The proposal for a new institutional model to steward digital infrastructure at European scale addresses a gap in the current framework. The limitations of existing institutional models for stewarding open source infrastructure have been illustrated by Mastodon’s loss of non-profit status in Germany: a reminder that national legal frameworks were not designed with digital infrastructure communities in mind, and that non-profit structures more broadly may be ill-suited to this role.  While the DC EDIC can play an enabling role, it may not be the right vehicle for this purpose. EDICs are effectively multilateral treaties — slow to establish and oriented toward Member State cooperation rather than the distributed communities that sustain open digital infrastructure.

As we argued in our Strategic Agenda for the Digital Commons, a fit-for purpose European-level mechanism may be needed to steward Digital Commons. Previously proposed models like a “public product organization” point to what this could look like in practice, and the Foundation represents an opportunity to develop something along these lines.
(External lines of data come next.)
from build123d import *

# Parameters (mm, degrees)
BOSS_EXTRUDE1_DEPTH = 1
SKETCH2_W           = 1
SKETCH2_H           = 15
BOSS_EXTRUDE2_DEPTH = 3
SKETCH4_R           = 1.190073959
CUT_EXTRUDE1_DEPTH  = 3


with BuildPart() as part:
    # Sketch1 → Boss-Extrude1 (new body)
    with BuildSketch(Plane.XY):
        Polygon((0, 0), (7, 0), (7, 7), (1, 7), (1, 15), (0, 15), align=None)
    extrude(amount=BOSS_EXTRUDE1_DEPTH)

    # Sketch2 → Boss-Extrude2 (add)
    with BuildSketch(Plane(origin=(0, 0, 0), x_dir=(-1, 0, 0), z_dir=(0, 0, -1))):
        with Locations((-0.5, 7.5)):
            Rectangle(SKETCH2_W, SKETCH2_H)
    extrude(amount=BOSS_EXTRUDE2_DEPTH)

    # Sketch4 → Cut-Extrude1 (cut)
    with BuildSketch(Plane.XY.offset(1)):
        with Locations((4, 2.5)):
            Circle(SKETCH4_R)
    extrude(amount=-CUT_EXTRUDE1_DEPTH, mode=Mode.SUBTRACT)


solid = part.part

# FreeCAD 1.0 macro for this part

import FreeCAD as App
import Part
import Sketcher

V = App.Vector


def add_polygon(sketch, points):
    """Adds a closed chain of lines whose ends are joined by coincident constraints."""
    first, n = sketch.GeometryCount, len(points)
    for a, b in zip(points, points[1:] + points[:1]):
        sketch.addGeometry(Part.LineSegment(App.Vector(*a, 0), App.Vector(*b, 0)), False)
    for i in range(n):
        sketch.addConstraint(Sketcher.Constraint("Coincident", first + i, 2, first + (i + 1) % n, 1))

doc = App.newDocument("Part")
body = doc.addObject("PartDesign::Body", "Body")

sketch1 = doc.addObject("Sketcher::SketchObject", "Sketch")
body.addObject(sketch1)
sketch1.AttachmentSupport = (doc.XY_Plane, [""])
sketch1.MapMode = "FlatFace"
add_polygon(sketch1, [(0, 0), (7, 0), (7, 7), (1, 7), (1, 15), (0, 15)])
sketch1.addConstraint(Sketcher.Constraint("Horizontal", 0))
sketch1.addConstraint(Sketcher.Constraint("Vertical", 1))
sketch1.addConstraint(Sketcher.Constraint("Horizontal", 2))
sketch1.addConstraint(Sketcher.Constraint("Vertical", 3))
sketch1.addConstraint(Sketcher.Constraint("Horizontal", 4))
sketch1.addConstraint(Sketcher.Constraint("Vertical", 5))
sketch1.addConstraint(Sketcher.Constraint("Coincident", 5, 2, -1, 1))
sketch1.addConstraint(Sketcher.Constraint("Equal", 0, 1))
sketch1.addConstraint(Sketcher.Constraint("DistanceX", 0, 1, 0, 2, 7.0))
sketch1.addConstraint(Sketcher.Constraint("DistanceX", 2, 2, 2, 1, 6.0))
sketch1.addConstraint(Sketcher.Constraint("DistanceY", 3, 1, 3, 2, 8.0))
pad1 = doc.addObject("PartDesign::Pad", "Pad")
body.addObject(pad1)
pad1.Profile = sketch1
pad1.Length = 1

sketch2 = doc.addObject("Sketcher::SketchObject", "Sketch001")
body.addObject(sketch2)
sketch2.AttachmentSupport = (doc.XY_Plane, [""])
sketch2.MapMode = "FlatFace"
add_polygon(sketch2, [(1, 15), (1, 0), (0, 0), (0, 15)])
sketch2.addConstraint(Sketcher.Constraint("Vertical", 0))
sketch2.addConstraint(Sketcher.Constraint("Horizontal", 1))
sketch2.addConstraint(Sketcher.Constraint("Vertical", 2))
sketch2.addConstraint(Sketcher.Constraint("Horizontal", 3))
sketch2.addConstraint(Sketcher.Constraint("Coincident", 1, 2, -1, 1))
sketch2.addConstraint(Sketcher.Constraint("DistanceX", 1, 2, 1, 1, 1.0))
sketch2.addConstraint(Sketcher.Constraint("DistanceY", 0, 2, 0, 1, 15.0))
pad2 = doc.addObject("PartDesign::Pad", "Pad001")
body.addObject(pad2)
pad2.Profile = sketch2
pad2.Length = 3
pad2.Reversed = True

sketch3 = doc.addObject("Sketcher::SketchObject", "Sketch002")
body.addObject(sketch3)
sketch3.AttachmentSupport = (doc.XY_Plane, [""])
sketch3.MapMode = "FlatFace"
sketch3.AttachmentOffset = App.Placement(V(0, 0, 1), App.Rotation())
sketch3.addGeometry(Part.Circle(V(4, 2.5, 0), V(0, 0, 1), 1.190074), False)
sketch3.addConstraint(Sketcher.Constraint("DistanceX", -1, 1, 0, 3, 4.0))
sketch3.addConstraint(Sketcher.Constraint("DistanceY", -1, 1, 0, 3, 2.5))
sketch3.addConstraint(Sketcher.Constraint("Diameter", 0, 2.380148))
pocket1 = doc.addObject("PartDesign::Pocket", "Pocket")
body.addObject(pocket1)
pocket1.Profile = sketch3
pocket1.Length = 3

doc.recompute()
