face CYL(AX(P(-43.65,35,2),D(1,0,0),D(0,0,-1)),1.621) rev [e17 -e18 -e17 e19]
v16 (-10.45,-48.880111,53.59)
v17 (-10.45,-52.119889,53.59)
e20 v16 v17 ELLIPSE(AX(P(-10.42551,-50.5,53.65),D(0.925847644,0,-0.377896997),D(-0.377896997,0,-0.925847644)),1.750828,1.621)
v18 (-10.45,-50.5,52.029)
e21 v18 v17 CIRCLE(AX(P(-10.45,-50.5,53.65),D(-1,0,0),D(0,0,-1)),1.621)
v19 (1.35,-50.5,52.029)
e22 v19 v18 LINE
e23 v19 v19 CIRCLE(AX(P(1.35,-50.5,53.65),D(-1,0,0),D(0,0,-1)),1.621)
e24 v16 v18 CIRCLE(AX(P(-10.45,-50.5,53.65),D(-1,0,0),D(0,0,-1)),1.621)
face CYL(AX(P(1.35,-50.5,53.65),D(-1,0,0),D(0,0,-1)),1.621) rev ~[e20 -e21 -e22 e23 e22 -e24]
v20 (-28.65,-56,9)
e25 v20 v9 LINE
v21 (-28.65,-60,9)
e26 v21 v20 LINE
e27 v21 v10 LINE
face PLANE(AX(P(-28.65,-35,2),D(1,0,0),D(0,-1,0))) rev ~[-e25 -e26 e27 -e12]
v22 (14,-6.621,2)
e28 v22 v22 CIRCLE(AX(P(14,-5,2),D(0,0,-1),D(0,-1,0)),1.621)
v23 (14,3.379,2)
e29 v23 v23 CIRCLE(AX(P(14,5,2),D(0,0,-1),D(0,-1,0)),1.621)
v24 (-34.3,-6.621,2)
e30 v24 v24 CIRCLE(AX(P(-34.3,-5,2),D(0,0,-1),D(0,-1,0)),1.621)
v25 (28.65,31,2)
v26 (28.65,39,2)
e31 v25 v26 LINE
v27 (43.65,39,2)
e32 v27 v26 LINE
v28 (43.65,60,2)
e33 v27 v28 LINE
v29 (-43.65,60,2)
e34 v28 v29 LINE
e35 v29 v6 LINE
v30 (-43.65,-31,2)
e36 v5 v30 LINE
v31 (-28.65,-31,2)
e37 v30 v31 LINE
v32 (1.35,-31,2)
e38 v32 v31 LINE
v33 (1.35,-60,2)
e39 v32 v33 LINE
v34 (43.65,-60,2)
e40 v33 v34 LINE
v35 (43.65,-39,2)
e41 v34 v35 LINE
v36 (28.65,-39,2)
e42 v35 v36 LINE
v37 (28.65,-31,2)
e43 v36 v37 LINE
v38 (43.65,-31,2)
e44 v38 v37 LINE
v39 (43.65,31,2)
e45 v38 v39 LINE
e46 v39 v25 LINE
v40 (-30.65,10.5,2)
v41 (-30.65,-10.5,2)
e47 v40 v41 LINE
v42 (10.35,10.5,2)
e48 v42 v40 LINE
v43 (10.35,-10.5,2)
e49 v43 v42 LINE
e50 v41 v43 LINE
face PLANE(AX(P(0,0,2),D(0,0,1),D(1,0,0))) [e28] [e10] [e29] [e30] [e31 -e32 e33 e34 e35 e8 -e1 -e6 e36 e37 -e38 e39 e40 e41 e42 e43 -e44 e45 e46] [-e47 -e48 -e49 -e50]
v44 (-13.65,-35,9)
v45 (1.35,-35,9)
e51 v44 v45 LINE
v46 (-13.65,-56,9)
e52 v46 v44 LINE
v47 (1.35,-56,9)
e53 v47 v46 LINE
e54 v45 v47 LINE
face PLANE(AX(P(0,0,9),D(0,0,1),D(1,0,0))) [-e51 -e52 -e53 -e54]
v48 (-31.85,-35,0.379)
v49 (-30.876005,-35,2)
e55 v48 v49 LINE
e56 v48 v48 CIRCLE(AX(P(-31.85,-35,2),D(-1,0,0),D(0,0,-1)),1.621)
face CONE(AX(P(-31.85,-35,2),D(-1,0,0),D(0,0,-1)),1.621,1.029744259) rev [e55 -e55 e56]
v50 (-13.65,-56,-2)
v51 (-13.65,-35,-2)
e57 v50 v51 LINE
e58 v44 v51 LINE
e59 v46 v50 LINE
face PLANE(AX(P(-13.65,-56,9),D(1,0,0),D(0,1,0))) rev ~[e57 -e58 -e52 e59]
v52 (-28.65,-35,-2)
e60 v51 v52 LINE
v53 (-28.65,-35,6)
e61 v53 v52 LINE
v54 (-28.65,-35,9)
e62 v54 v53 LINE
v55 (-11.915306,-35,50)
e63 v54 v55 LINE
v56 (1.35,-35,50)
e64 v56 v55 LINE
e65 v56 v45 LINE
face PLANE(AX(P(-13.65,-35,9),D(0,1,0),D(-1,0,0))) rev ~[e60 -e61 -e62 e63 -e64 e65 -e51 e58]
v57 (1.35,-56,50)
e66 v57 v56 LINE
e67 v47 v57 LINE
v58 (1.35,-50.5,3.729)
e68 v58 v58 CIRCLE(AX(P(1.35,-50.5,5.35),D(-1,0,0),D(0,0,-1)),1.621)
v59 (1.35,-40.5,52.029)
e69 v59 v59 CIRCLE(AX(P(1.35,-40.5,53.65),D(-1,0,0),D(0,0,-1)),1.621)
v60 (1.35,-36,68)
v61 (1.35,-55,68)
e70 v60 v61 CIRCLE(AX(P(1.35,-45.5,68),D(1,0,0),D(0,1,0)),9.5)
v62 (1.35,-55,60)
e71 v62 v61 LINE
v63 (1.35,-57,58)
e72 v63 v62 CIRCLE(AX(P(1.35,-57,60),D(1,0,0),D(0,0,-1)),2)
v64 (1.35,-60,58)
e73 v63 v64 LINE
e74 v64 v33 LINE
Open source as the basis for Commons

While some stakeholders point mainly towards building a more competitive domestic ecosystem and migrating to European providers, Open Future (together with partners in the NGI Commons consortium) has argued for a different approach. One centred not just on open source, but also on commons-based alternatives. Otherwise, we risk replacing one set of corporate dependencies with another.

The Tech Sovereignty Package has promise because it keeps this door open by centering open source and open digital infrastructures in the conversation on sovereignty. But open source is just a license and should be the starting point for advocacy around more commons-based governance: ensuring sustainable appropriation from the ecosystem and communities that maintain these infrastructures, ensuring reciprocal benefit from commercial use of open infrastructure and code, and developing stewardship structures that can deliver durable governance.